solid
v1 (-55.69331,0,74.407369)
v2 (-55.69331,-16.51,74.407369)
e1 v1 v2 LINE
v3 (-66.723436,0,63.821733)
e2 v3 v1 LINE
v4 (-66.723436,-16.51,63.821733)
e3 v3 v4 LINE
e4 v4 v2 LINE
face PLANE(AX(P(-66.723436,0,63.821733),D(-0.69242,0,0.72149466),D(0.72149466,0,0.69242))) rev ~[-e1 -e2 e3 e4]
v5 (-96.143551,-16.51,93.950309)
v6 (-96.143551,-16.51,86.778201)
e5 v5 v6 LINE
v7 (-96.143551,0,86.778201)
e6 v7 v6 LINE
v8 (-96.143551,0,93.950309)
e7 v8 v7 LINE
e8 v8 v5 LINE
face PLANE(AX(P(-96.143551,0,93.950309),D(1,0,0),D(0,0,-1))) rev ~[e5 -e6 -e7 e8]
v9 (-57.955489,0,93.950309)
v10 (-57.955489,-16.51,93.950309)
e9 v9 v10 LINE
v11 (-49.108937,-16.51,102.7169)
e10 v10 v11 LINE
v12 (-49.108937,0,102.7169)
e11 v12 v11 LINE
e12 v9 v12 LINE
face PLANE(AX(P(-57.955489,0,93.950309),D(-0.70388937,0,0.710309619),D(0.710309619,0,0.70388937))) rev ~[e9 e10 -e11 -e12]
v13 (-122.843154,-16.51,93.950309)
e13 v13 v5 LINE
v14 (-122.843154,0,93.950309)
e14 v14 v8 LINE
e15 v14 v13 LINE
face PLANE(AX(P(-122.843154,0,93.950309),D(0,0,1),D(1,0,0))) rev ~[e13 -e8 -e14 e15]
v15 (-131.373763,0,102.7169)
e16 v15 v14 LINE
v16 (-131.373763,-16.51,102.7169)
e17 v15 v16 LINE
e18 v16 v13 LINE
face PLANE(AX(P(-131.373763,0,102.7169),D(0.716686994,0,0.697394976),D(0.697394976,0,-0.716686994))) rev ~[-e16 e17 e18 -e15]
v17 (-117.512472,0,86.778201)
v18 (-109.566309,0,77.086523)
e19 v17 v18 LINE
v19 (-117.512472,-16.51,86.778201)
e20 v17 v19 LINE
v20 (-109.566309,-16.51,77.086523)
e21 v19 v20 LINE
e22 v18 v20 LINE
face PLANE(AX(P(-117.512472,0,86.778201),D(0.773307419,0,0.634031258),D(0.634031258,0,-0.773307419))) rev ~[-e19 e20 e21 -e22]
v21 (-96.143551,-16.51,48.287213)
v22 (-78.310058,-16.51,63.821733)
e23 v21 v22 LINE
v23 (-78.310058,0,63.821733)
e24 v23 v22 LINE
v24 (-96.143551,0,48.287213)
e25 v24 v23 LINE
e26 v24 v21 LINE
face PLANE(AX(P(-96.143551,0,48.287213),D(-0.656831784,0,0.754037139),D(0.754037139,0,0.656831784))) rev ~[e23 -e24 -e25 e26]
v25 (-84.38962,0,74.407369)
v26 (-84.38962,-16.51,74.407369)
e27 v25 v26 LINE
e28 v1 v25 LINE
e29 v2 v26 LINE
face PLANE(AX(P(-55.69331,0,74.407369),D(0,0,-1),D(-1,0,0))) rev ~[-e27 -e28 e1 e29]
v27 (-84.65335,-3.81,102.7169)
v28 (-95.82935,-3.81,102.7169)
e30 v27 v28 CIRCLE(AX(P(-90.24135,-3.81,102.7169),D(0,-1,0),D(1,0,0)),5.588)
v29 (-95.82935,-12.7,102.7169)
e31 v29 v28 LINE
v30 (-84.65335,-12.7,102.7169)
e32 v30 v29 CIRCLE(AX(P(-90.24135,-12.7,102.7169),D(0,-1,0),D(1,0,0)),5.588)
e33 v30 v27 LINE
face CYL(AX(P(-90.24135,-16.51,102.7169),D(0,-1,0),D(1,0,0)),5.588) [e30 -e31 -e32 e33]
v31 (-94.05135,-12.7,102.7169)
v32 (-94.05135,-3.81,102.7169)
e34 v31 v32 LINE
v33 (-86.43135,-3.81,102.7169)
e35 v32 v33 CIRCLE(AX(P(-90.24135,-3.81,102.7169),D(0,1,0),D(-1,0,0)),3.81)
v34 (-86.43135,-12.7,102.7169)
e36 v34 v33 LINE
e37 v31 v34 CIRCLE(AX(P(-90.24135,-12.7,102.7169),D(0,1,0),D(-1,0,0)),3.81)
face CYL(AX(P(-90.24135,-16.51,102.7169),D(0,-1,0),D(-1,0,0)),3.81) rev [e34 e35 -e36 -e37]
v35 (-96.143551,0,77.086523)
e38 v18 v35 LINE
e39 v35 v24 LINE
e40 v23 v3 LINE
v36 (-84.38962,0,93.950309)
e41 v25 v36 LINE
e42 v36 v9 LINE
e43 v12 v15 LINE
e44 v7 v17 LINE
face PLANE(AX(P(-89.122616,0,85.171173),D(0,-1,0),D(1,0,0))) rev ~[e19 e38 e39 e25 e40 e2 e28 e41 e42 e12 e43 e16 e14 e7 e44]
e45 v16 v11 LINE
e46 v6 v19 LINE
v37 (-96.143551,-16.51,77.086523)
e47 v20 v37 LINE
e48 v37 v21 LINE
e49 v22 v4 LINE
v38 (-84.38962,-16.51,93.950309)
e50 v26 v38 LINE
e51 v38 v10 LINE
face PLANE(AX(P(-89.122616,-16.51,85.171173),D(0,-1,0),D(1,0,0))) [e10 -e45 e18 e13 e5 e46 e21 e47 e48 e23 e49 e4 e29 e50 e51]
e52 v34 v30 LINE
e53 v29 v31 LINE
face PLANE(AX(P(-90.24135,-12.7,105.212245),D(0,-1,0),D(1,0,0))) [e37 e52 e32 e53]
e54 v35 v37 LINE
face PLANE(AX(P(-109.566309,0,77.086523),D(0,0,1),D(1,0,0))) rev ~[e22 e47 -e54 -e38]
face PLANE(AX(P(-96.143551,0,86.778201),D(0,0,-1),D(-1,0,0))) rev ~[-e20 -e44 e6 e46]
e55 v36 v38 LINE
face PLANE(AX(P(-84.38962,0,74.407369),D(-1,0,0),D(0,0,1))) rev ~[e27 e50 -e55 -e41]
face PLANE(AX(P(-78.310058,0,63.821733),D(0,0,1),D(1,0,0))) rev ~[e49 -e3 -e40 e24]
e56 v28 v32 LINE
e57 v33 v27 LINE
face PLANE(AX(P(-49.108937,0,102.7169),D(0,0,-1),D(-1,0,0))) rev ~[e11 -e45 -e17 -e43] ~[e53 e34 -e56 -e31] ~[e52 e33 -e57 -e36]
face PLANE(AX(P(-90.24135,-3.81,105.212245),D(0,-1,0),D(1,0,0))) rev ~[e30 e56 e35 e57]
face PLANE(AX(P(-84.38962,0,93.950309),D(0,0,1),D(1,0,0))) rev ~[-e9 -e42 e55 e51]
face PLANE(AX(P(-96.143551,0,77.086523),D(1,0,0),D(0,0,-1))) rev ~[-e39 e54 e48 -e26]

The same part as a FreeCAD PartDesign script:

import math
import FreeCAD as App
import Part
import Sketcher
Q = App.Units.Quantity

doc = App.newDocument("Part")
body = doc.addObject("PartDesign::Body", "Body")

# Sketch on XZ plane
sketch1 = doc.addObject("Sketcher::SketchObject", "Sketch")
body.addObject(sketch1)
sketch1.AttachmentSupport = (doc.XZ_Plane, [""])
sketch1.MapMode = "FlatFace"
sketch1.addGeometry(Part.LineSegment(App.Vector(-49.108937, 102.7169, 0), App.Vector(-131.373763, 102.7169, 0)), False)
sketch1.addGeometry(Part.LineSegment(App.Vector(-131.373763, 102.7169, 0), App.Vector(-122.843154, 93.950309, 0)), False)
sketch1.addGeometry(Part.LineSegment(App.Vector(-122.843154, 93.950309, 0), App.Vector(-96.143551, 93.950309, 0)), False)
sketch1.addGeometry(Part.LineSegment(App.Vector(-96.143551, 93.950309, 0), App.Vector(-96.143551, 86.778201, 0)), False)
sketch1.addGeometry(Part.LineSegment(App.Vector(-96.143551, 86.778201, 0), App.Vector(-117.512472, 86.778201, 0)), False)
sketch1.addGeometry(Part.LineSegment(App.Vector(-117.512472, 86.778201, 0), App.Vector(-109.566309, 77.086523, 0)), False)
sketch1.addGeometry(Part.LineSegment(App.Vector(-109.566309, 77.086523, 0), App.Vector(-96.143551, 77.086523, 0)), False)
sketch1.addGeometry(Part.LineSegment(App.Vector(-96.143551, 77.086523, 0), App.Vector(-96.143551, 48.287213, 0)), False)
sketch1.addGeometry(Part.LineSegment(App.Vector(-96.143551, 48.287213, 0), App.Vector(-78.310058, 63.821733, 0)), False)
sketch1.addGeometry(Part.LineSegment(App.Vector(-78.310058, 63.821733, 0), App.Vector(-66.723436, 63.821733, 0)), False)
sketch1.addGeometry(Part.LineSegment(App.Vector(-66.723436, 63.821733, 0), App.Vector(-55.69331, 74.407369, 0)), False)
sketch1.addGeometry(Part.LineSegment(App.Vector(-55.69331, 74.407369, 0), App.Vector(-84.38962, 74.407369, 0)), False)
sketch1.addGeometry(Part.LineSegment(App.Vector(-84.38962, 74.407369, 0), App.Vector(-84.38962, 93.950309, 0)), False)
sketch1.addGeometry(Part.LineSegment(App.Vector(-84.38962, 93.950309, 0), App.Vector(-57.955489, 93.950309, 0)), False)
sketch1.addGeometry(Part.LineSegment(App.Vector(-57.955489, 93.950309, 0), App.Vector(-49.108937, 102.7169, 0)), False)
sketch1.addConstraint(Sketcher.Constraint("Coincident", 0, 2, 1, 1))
- - -
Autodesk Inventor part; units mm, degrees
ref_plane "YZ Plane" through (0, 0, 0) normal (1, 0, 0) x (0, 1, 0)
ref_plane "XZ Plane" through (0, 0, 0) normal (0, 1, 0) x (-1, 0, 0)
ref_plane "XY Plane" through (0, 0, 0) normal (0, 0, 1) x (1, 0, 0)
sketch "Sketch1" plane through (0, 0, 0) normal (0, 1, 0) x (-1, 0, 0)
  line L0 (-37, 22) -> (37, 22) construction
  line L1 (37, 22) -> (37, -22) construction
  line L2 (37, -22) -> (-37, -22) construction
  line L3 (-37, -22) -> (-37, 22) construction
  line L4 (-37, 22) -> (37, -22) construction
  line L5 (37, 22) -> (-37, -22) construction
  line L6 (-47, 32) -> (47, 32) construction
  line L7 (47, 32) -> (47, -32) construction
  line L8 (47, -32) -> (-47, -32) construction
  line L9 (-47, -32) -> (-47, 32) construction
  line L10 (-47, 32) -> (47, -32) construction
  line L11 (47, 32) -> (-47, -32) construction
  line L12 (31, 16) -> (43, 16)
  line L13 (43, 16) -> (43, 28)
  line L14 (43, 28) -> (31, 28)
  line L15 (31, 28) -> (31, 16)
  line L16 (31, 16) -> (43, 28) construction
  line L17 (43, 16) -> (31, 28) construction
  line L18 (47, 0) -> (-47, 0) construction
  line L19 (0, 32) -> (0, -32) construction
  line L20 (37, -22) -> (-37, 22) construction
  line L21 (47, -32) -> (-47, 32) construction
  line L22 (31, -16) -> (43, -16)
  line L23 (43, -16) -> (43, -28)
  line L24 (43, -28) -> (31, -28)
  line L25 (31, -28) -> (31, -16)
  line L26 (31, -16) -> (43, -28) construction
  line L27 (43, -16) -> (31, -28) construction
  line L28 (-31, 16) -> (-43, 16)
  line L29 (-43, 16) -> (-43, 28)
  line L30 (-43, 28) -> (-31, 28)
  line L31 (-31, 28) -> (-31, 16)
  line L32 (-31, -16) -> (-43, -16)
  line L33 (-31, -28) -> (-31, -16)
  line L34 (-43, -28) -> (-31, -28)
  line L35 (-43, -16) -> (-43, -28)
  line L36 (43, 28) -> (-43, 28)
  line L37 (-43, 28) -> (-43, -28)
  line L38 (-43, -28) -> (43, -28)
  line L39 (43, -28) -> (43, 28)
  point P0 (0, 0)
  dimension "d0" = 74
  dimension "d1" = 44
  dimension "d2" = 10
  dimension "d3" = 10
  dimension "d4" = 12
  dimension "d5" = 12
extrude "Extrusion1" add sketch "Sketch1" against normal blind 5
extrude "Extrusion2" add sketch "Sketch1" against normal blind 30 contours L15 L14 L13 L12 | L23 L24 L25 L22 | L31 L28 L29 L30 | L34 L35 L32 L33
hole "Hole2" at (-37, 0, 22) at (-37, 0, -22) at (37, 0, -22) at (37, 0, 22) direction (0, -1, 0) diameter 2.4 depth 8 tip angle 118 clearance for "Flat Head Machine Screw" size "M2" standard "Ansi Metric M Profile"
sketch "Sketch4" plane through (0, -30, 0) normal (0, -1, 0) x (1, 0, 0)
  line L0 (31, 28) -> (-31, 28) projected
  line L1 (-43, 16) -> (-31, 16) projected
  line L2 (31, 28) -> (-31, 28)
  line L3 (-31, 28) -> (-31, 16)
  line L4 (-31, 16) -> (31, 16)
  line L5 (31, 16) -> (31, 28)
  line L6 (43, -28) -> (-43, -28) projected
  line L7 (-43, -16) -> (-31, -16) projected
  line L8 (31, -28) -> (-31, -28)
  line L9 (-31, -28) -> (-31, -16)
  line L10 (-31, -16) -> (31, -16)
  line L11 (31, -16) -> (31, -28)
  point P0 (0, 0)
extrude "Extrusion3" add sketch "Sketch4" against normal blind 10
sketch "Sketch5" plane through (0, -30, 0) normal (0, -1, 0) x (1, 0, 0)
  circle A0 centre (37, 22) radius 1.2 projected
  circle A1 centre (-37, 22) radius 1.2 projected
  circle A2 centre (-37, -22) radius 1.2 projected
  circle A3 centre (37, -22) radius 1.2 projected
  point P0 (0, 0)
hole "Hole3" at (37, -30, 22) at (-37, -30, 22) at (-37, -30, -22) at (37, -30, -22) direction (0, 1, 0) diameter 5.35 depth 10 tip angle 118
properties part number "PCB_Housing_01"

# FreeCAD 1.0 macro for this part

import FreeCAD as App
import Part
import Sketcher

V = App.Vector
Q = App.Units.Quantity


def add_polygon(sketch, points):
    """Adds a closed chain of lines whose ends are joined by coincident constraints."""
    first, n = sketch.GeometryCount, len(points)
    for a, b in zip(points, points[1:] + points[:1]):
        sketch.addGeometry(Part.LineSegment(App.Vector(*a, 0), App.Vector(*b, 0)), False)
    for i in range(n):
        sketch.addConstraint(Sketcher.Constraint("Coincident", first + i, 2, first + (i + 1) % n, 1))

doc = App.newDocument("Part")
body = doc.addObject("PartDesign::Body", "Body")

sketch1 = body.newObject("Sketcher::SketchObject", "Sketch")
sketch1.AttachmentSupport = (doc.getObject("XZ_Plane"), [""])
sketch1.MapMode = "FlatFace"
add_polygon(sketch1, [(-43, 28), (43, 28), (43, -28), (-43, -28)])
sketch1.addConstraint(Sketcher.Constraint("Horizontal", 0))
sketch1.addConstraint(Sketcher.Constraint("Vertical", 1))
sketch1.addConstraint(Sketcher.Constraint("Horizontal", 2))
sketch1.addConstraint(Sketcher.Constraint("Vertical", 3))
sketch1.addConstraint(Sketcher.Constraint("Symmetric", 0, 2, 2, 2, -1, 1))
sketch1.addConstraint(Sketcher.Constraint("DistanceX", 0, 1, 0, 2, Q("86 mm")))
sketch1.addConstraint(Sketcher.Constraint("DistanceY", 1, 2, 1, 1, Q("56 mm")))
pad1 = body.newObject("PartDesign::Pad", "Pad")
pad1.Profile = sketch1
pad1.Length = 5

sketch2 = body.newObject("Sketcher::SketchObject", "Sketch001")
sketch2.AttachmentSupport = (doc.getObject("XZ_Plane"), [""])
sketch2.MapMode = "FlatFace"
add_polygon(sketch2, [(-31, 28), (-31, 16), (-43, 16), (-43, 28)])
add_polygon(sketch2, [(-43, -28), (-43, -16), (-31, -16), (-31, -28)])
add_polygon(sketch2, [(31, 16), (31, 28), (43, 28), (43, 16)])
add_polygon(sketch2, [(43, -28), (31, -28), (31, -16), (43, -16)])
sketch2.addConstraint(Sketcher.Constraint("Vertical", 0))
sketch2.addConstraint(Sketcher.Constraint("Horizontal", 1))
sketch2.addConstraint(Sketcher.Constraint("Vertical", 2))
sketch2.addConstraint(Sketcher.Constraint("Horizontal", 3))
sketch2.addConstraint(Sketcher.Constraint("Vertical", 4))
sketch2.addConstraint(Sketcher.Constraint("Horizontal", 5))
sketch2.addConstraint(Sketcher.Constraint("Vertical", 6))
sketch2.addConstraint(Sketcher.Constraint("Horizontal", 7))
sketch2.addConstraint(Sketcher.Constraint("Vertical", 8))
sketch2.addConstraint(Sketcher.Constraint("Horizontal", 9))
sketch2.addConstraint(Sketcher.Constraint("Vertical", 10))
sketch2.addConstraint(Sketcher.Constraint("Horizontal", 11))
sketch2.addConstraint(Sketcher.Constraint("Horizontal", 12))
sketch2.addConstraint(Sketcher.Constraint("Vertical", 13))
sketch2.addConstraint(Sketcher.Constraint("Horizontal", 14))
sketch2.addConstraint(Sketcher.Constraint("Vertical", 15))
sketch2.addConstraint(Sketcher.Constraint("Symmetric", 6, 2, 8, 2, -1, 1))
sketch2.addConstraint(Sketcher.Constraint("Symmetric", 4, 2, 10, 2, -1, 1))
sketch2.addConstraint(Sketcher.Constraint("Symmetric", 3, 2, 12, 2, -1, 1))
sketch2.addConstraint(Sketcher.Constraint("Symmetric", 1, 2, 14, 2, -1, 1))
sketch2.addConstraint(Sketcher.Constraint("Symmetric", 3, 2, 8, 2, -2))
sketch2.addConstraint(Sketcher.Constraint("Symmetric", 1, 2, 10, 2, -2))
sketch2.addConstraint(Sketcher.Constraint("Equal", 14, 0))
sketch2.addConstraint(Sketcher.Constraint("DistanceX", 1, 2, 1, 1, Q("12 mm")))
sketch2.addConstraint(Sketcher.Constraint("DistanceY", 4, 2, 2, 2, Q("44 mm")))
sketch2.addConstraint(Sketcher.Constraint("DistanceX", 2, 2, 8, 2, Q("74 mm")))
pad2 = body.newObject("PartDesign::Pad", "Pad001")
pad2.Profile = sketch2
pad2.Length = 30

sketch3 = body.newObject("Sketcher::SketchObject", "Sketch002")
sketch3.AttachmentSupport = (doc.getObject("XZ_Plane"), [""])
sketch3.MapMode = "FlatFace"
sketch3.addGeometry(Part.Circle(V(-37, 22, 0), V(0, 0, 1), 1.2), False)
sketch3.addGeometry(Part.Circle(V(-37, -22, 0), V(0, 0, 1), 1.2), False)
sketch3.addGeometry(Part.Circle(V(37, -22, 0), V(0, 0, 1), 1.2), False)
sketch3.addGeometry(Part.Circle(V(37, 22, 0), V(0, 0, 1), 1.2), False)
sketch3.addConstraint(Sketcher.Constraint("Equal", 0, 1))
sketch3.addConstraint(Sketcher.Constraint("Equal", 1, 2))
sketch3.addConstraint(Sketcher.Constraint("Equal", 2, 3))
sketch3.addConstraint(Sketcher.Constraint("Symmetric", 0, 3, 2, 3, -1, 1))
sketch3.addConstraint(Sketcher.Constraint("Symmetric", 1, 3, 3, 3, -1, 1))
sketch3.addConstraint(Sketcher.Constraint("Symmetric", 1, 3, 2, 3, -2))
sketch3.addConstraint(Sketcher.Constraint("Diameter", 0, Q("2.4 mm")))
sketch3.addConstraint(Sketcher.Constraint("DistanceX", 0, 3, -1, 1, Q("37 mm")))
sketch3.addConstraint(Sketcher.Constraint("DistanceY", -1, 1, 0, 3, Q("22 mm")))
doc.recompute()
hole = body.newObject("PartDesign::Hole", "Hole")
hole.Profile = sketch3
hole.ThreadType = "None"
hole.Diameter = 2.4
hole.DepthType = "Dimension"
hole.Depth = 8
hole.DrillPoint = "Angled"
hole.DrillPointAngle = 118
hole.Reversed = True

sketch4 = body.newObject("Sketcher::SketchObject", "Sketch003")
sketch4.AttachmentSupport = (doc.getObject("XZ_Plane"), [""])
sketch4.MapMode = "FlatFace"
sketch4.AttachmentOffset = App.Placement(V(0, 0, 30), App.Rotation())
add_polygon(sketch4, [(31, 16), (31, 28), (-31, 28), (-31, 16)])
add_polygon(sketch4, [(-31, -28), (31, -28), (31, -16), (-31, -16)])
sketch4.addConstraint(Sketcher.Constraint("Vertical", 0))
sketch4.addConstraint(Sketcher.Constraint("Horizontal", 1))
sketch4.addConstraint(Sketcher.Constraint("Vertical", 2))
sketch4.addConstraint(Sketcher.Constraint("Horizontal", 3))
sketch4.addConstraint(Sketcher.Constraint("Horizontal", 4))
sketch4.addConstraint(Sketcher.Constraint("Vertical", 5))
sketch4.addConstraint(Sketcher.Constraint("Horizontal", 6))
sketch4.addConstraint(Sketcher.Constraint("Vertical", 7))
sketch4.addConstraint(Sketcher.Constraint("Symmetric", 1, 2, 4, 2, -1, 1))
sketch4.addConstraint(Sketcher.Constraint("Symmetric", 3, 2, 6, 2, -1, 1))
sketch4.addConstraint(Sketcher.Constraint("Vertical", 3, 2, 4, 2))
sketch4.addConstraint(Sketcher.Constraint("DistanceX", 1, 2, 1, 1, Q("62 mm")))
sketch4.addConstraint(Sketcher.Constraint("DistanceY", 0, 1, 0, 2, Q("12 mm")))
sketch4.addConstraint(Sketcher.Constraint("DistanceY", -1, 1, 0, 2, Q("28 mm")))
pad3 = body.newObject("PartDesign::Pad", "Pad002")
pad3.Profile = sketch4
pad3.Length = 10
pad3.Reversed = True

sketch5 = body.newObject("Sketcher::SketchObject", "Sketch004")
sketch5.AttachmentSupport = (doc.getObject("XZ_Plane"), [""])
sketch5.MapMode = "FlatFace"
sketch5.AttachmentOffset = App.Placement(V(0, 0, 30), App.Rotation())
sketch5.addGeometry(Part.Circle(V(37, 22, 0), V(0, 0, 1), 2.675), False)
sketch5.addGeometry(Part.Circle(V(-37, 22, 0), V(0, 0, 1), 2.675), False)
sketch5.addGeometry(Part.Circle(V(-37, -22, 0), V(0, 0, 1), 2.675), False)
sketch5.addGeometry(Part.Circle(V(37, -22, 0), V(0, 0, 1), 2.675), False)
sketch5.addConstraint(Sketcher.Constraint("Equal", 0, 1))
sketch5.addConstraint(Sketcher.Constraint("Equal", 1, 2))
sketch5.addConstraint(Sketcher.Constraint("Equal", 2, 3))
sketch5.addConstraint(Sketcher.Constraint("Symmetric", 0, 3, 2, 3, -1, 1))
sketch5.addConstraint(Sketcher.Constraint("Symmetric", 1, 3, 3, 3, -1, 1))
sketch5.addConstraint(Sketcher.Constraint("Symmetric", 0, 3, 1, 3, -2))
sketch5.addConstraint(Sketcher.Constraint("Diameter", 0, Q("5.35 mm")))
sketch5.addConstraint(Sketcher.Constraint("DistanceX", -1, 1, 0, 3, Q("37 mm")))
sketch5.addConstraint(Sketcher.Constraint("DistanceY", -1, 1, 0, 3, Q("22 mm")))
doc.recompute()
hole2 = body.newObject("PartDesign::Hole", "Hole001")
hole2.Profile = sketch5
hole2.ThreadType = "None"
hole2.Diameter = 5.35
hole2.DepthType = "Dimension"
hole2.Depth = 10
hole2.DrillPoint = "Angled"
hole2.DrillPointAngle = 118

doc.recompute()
- - -
*TASK INSTRUCTIONS*:
When you reach the line holding "e5 v5 v6 LINE" in the records above, begin reproducing exactly, stop after the line holding "e24 v23 v22 LINE", and output nothing else.

*ANSWER SECTION*:
e5 v5 v6 LINE
v7 (-96.143551,0,86.778201)
e6 v7 v6 LINE
v8 (-96.143551,0,93.950309)
e7 v8 v7 LINE
e8 v8 v5 LINE
face PLANE(AX(P(-96.143551,0,93.950309),D(1,0,0),D(0,0,-1))) rev ~[e5 -e6 -e7 e8]
v9 (-57.955489,0,93.950309)
v10 (-57.955489,-16.51,93.950309)
e9 v9 v10 LINE
v11 (-49.108937,-16.51,102.7169)
e10 v10 v11 LINE
v12 (-49.108937,0,102.7169)
e11 v12 v11 LINE
e12 v9 v12 LINE
face PLANE(AX(P(-57.955489,0,93.950309),D(-0.70388937,0,0.710309619),D(0.710309619,0,0.70388937))) rev ~[e9 e10 -e11 -e12]
v13 (-122.843154,-16.51,93.950309)
e13 v13 v5 LINE
v14 (-122.843154,0,93.950309)
e14 v14 v8 LINE
e15 v14 v13 LINE
face PLANE(AX(P(-122.843154,0,93.950309),D(0,0,1),D(1,0,0))) rev ~[e13 -e8 -e14 e15]
v15 (-131.373763,0,102.7169)
e16 v15 v14 LINE
v16 (-131.373763,-16.51,102.7169)
e17 v15 v16 LINE
e18 v16 v13 LINE
face PLANE(AX(P(-131.373763,0,102.7169),D(0.716686994,0,0.697394976),D(0.697394976,0,-0.716686994))) rev ~[-e16 e17 e18 -e15]
v17 (-117.512472,0,86.778201)
v18 (-109.566309,0,77.086523)
e19 v17 v18 LINE
v19 (-117.512472,-16.51,86.778201)
e20 v17 v19 LINE
v20 (-109.566309,-16.51,77.086523)
e21 v19 v20 LINE
e22 v18 v20 LINE
face PLANE(AX(P(-117.512472,0,86.778201),D(0.773307419,0,0.634031258),D(0.634031258,0,-0.773307419))) rev ~[-e19 e20 e21 -e22]
v21 (-96.143551,-16.51,48.287213)
v22 (-78.310058,-16.51,63.821733)
e23 v21 v22 LINE
v23 (-78.310058,0,63.821733)
e24 v23 v22 LINE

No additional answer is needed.